Perhaps the most disappointing character in GOT is the reluctant yet legitimate heir to the Iron Throne, Jon Snow. His birthright is to be king, and wisely wield the power and influence that comes with it. He is the mightiest warrior, feared by enemies and revered by his troops. His intentions are noble, but his execution of the role assigned to him by destiny is flawed. Ultimately, though beloved by most, he is relegated to a position of insignificance because he refused to assert his prerogative as Westeros’ natural leader for peace and prosperity.
In our Western Hemispheric analogy, Jon Snow is the United States.
At a time when the demand for U.S. leadership in support of democracy, the rule of law, and the defense of human rights across Latin America is great, the Trump administration is reluctant to assume this historical role. President Trump has given short shrift to those traditional priorities, instead focusing his regional engagement through a construct of conflict with the Troika of Tyranny - Cuba, Venezuela and Nicaragua. Much like Jon Snow’s inability to read the handwriting on the castle wall and see Daenerys for what she truly was, the U. S. response to China’s aggressive commercial expansion has been slow in coming, unfocused and episodic.
Then there is the issue of President Trump’s relentless mixed messaging.

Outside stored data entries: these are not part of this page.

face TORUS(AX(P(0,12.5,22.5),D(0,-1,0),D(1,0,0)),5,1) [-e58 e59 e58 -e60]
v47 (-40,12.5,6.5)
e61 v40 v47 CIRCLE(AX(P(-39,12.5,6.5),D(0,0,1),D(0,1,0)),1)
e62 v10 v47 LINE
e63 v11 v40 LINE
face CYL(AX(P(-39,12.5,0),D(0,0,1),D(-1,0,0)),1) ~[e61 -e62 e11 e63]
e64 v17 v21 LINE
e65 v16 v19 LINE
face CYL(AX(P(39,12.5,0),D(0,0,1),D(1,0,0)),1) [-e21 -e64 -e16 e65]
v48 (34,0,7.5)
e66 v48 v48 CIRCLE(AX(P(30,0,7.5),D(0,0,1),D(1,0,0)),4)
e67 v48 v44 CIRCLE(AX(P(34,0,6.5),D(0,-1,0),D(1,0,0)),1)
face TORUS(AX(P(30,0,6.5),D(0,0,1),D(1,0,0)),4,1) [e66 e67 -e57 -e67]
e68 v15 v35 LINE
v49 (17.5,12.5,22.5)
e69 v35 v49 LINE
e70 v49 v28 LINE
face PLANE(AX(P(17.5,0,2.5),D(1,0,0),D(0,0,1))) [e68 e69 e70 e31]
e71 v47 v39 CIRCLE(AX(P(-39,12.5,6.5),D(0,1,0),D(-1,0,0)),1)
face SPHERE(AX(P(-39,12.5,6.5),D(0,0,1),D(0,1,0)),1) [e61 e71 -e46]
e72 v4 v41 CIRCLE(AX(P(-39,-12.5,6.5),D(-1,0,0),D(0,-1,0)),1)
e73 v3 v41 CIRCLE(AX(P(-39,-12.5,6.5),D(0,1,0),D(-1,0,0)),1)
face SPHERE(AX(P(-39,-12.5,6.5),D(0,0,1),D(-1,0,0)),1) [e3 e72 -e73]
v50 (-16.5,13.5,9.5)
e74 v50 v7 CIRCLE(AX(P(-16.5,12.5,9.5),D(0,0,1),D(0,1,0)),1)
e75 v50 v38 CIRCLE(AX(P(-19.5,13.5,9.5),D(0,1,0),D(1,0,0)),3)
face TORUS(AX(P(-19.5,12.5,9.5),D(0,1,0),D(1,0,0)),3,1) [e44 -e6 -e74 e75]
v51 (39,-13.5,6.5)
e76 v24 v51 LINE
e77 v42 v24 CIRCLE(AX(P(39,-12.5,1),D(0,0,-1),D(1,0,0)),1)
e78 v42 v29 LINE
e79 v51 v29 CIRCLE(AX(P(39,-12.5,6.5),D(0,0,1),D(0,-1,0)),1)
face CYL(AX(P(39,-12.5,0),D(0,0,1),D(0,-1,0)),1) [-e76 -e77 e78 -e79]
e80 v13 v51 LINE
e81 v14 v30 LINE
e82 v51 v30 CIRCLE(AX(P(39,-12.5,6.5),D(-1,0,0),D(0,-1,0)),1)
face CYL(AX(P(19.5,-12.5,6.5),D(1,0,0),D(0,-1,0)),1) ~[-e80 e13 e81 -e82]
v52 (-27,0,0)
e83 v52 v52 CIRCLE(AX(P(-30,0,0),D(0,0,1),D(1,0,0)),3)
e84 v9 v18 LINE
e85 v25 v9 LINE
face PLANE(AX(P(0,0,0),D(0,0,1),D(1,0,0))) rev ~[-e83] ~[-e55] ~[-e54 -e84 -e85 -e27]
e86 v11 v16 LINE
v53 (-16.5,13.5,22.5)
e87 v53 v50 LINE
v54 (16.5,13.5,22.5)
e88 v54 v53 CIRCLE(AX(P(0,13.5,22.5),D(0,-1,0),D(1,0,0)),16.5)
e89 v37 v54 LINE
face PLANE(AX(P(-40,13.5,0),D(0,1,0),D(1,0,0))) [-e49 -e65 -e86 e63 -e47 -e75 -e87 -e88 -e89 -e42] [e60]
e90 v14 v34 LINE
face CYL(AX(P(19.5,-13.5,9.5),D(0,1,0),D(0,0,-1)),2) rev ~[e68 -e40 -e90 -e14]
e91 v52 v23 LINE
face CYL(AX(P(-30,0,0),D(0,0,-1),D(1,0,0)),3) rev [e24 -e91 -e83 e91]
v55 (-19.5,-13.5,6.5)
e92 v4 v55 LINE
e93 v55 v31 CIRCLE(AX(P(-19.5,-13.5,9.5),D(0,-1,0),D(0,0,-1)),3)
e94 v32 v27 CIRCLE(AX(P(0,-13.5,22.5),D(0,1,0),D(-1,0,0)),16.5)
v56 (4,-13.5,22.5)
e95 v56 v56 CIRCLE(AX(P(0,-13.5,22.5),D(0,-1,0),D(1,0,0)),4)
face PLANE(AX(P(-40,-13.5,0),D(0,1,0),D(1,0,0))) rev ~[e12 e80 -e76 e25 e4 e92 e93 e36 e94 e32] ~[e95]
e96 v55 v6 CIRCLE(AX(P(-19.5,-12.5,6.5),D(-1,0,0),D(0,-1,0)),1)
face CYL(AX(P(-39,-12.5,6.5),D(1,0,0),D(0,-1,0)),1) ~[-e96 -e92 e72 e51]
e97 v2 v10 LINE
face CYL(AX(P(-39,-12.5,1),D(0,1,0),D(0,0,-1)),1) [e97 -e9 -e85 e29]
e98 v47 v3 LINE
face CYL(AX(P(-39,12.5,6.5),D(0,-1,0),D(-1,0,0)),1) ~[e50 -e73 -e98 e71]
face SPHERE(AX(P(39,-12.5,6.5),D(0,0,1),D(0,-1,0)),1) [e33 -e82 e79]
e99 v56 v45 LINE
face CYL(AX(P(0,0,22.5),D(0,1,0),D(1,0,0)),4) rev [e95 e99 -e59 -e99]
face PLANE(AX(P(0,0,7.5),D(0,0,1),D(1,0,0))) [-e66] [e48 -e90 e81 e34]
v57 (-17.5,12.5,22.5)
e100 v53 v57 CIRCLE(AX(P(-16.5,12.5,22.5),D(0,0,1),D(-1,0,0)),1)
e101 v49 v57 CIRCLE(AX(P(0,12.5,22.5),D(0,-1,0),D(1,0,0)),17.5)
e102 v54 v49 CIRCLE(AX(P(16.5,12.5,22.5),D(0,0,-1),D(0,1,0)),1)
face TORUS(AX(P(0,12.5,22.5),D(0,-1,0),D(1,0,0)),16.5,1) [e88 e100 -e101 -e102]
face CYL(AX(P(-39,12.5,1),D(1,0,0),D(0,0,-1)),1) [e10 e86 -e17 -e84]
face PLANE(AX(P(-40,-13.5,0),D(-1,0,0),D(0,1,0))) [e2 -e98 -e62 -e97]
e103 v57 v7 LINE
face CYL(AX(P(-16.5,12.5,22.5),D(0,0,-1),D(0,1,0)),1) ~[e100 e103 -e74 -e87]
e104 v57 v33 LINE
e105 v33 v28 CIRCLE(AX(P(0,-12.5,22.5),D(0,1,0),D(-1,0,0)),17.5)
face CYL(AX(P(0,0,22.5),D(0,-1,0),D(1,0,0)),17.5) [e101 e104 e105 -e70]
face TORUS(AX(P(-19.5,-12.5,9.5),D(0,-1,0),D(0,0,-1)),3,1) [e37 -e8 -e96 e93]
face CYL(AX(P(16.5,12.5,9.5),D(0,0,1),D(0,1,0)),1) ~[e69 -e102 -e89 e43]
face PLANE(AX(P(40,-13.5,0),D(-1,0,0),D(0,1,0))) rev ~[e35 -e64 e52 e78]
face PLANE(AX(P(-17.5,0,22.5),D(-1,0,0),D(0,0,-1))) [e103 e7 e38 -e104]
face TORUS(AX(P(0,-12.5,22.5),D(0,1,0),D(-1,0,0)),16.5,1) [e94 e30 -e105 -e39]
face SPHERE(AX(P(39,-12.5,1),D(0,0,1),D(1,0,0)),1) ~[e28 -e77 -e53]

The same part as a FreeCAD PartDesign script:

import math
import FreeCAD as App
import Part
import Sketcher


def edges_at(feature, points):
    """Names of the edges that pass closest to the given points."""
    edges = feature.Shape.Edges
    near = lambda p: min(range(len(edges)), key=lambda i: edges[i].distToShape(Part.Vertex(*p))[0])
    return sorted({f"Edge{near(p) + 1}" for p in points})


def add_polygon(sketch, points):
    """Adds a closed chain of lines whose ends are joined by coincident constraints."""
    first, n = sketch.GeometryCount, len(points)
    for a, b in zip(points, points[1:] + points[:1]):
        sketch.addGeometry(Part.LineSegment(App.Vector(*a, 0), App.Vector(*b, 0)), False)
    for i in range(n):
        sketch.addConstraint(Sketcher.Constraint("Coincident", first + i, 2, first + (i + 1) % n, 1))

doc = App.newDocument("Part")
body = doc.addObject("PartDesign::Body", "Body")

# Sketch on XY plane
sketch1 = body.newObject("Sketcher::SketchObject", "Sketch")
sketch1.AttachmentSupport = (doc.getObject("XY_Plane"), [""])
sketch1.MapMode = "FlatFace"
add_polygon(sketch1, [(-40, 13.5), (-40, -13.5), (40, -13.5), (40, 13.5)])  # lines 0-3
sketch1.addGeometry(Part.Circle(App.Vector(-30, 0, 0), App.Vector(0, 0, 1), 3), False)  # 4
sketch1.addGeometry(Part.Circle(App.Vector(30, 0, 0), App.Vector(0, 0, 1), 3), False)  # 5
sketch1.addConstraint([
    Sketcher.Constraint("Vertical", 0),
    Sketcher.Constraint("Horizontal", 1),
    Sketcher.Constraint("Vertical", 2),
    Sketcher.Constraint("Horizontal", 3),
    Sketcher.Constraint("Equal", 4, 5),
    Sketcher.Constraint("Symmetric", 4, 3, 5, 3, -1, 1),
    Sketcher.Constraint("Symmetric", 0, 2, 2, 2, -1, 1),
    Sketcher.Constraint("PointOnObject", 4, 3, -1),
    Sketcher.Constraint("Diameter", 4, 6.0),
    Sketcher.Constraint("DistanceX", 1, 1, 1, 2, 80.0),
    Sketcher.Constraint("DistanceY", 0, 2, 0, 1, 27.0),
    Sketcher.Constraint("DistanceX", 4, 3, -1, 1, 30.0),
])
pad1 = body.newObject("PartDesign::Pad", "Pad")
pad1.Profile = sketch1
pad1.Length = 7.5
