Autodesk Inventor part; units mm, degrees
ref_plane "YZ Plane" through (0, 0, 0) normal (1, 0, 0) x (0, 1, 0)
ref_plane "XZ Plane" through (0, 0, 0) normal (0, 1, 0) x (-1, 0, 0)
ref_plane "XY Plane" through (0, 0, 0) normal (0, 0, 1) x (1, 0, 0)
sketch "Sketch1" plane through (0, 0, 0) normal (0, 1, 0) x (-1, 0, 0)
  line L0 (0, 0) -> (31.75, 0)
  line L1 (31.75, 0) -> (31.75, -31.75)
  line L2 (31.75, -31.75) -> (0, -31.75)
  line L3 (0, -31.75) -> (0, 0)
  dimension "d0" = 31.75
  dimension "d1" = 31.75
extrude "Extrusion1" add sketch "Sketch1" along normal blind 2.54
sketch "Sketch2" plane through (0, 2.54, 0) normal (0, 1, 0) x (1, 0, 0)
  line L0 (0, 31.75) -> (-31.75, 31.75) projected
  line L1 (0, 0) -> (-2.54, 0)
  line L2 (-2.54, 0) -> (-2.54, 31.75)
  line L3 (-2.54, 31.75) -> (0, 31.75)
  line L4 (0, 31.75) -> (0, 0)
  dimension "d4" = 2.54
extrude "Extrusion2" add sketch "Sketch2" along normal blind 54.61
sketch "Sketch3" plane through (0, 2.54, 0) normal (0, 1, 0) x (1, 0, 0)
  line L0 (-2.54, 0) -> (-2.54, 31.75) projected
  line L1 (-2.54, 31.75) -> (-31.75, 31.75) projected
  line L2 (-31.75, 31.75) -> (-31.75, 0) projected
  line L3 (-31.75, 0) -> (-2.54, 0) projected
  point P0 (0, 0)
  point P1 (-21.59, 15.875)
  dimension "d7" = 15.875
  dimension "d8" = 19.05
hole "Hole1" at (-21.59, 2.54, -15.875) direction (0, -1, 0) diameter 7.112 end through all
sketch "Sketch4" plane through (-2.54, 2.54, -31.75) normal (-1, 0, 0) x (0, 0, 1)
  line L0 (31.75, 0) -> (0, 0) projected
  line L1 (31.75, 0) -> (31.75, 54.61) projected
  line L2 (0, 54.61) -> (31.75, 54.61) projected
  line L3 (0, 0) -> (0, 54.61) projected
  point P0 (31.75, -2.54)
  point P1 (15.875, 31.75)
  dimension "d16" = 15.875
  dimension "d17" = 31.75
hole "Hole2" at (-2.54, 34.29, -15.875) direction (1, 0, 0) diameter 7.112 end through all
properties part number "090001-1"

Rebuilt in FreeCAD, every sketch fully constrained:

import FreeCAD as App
import Part
import Sketcher

V = App.Vector
Q = App.Units.Quantity


def add_polygon(sketch, points):
    """Adds a closed chain of lines whose ends are joined by coincident constraints."""
    first, n = sketch.GeometryCount, len(points)
    for a, b in zip(points, points[1:] + points[:1]):
        sketch.addGeometry(Part.LineSegment(App.Vector(*a, 0), App.Vector(*b, 0)), False)
    for i in range(n):
        sketch.addConstraint(Sketcher.Constraint("Coincident", first + i, 2, first + (i + 1) % n, 1))

doc = App.newDocument("Part")
body = doc.addObject("PartDesign::Body", "Body")

sketch1 = doc.addObject("Sketcher::SketchObject", "Sketch")
body.addObject(sketch1)
sketch1.AttachmentSupport = (doc.XZ_Plane, [""])
sketch1.MapMode = "FlatFace"
add_polygon(sketch1, [(-32, 0), (0, 0), (0, -32), (-32, -32)])
sketch1.addConstraint([
    Sketcher.Constraint("Horizontal", 0),
    Sketcher.Constraint("Vertical", 1),
    Sketcher.Constraint("Horizontal", 2),
    Sketcher.Constraint("Vertical", 3),
    Sketcher.Constraint("Coincident", 0, 2, -1, 1),
    Sketcher.Constraint("Equal", 2, 1),
    Sketcher.Constraint("DistanceX", 0, 1, 0, 2, Q("1.25 in")),
])
pad1 = doc.addObject("PartDesign::Pad", "Pad")
body.addObject(pad1)
pad1.Profile = sketch1
pad1.Length = Q("0.1 in")
pad1.Reversed = True

sketch2 = doc.addObject("Sketcher::SketchObject", "Sketch001")
body.addObject(sketch2)
sketch2.AttachmentSupport = (doc.XZ_Plane, [""])
sketch2.MapMode = "FlatFace"
sketch2.AttachmentOffset = App.Placement(V(0, 0, -0.1 * 25.4), App.Rotation())
add_polygon(sketch2, [(0, 0), (0, -31.8), (-2.5, -31.8), (-2.5, 0)])
sketch2.addConstraint([
    Sketcher.Constraint("Vertical", 0),
    Sketcher.Constraint("Horizontal", 1),
    Sketcher.Constraint("Vertical", 2),
    Sketcher.Constraint("Horizontal", 3),
    Sketcher.Constraint("Coincident", 3, 2, -1, 1),
    Sketcher.Constraint("DistanceX", 1, 2, 1, 1, Q("0.1 in")),
    Sketcher.Constraint("DistanceY", 0, 2, 0, 1, Q("1.25 in")),
])
pad2 = doc.addObject("PartDesign::Pad", "Pad001")
body.addObject(pad2)
pad2.Profile = sketch2
pad2.Length = Q("2.15 in")
pad2.Reversed = True

sketch3 = doc.addObject("Sketcher::SketchObject", "Sketch002")
body.addObject(sketch3)
sketch3.AttachmentSupport = (doc.XZ_Plane, [""])
sketch3.MapMode = "FlatFace"
sketch3.AttachmentOffset = App.Placement(V(0, 0, -0.1 * 25.4), App.Rotation())
sketch3.addGeometry(Part.Circle(V(-21.6, -15.9, 0), V(0, 0, 1), 3.6), False)
sketch3.addConstraint([
    Sketcher.Constraint("Diameter", 0, Q("0.28 in")),
    Sketcher.Constraint("DistanceX", 0, 3, -1, 1, Q("0.85 in")),
    Sketcher.Constraint("DistanceY", 0, 3, -1, 1, Q("0.625 in")),
])
doc.recompute()
hole = doc.addObject("PartDesign::Hole", "Hole")
body.addObject(hole)
hole.Profile = sketch3
hole.ThreadType = "None"
hole.Diameter = Q("0.28 in")
hole.DepthType = "ThroughAll"
hole.Reversed = True

sketch4 = doc.addObject("Sketcher::SketchObject", "Sketch003")
body.addObject(sketch4)
sketch4.AttachmentSupport = (doc.YZ_Plane, [""])
sketch4.MapMode = "FlatFace"
sketch4.AttachmentOffset = App.Placement(V(0, 0, -0.1 * 25.4), App.Rotation())
sketch4.addGeometry(Part.Circle(V(34.3, -15.9, 0), V(0, 0, 1), 3.6), False)
sketch4.addConstraint([
    Sketcher.Constraint("Diameter", 0, Q("0.28 in")),
    Sketcher.Constraint("DistanceX", -1, 1, 0, 3, Q("1.35 in")),
    Sketcher.Constraint("DistanceY", 0, 3, -1, 1, Q("0.625 in")),
])
doc.recompute()
hole2 = doc.addObject("PartDesign::Hole", "Hole001")
body.addObject(hole2)
hole2.Profile = sketch4
hole2.ThreadType = "None"
hole2.Diameter = Q("0.28 in")
hole2.DepthType = "ThroughAll"
hole2.Reversed = True

doc.recompute()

He rails against Russian involvement in Venezuela one day, yet assures the American people that after one conversation with his Russian counterpart, Vladimir Putin, Russia has only good intentions in Venezuela.
Snow’s confused and frustrated northern brothers fail to understand why he bends the knee to Daenerys, just as the United States’ traditional southern partners fail to grasp why Trump’s Wall and inward looking nativism leaves them largely on their own to grapple with the forces of globalization, the White Walkers of transnational crime, and a foreign tiger queen who promises a benign reign, but practices corruption and asymmetric warfare. And let’s face it, no one in the region can tame a dragon alone.
As a parlor game, this analogy, however imperfect, might be entertaining. Yet the competition for power, influence, partnership and alliances throughout the Western Hemisphere is anything but a game. It is a deadly serious undertaking that requires nation states to understand all of their instruments of national power and bring them to bear in a coherent and consistent strategy.
Winning requires a clear vision of a desired end state and recognizing which players on the field are friends or rivals. As Donald Trump continues to attack Mexico and the Northern Triangle for not doing enough on immigration, and Colombia’s President Duque as insufficient to the task of combating narcotics trafficking, he is effectively turning his back on some of our best friends and natural allies.
Had Jon Snow just listened to those who urged him to stick with his own kind – the democrats, the free traders, the emerging middle class, young students and entrepreneurs sick of corruption and hungry for American partnership – perhaps his last scene would not have depicted him, back to the camera, riding off into the wilderness of irrelevance with his Wildling supporters.
Let’s hope there is still an unwritten chapter in the Americas GOT. After all, no one seriously thinks Bran the Busted can pull off the whole king thing.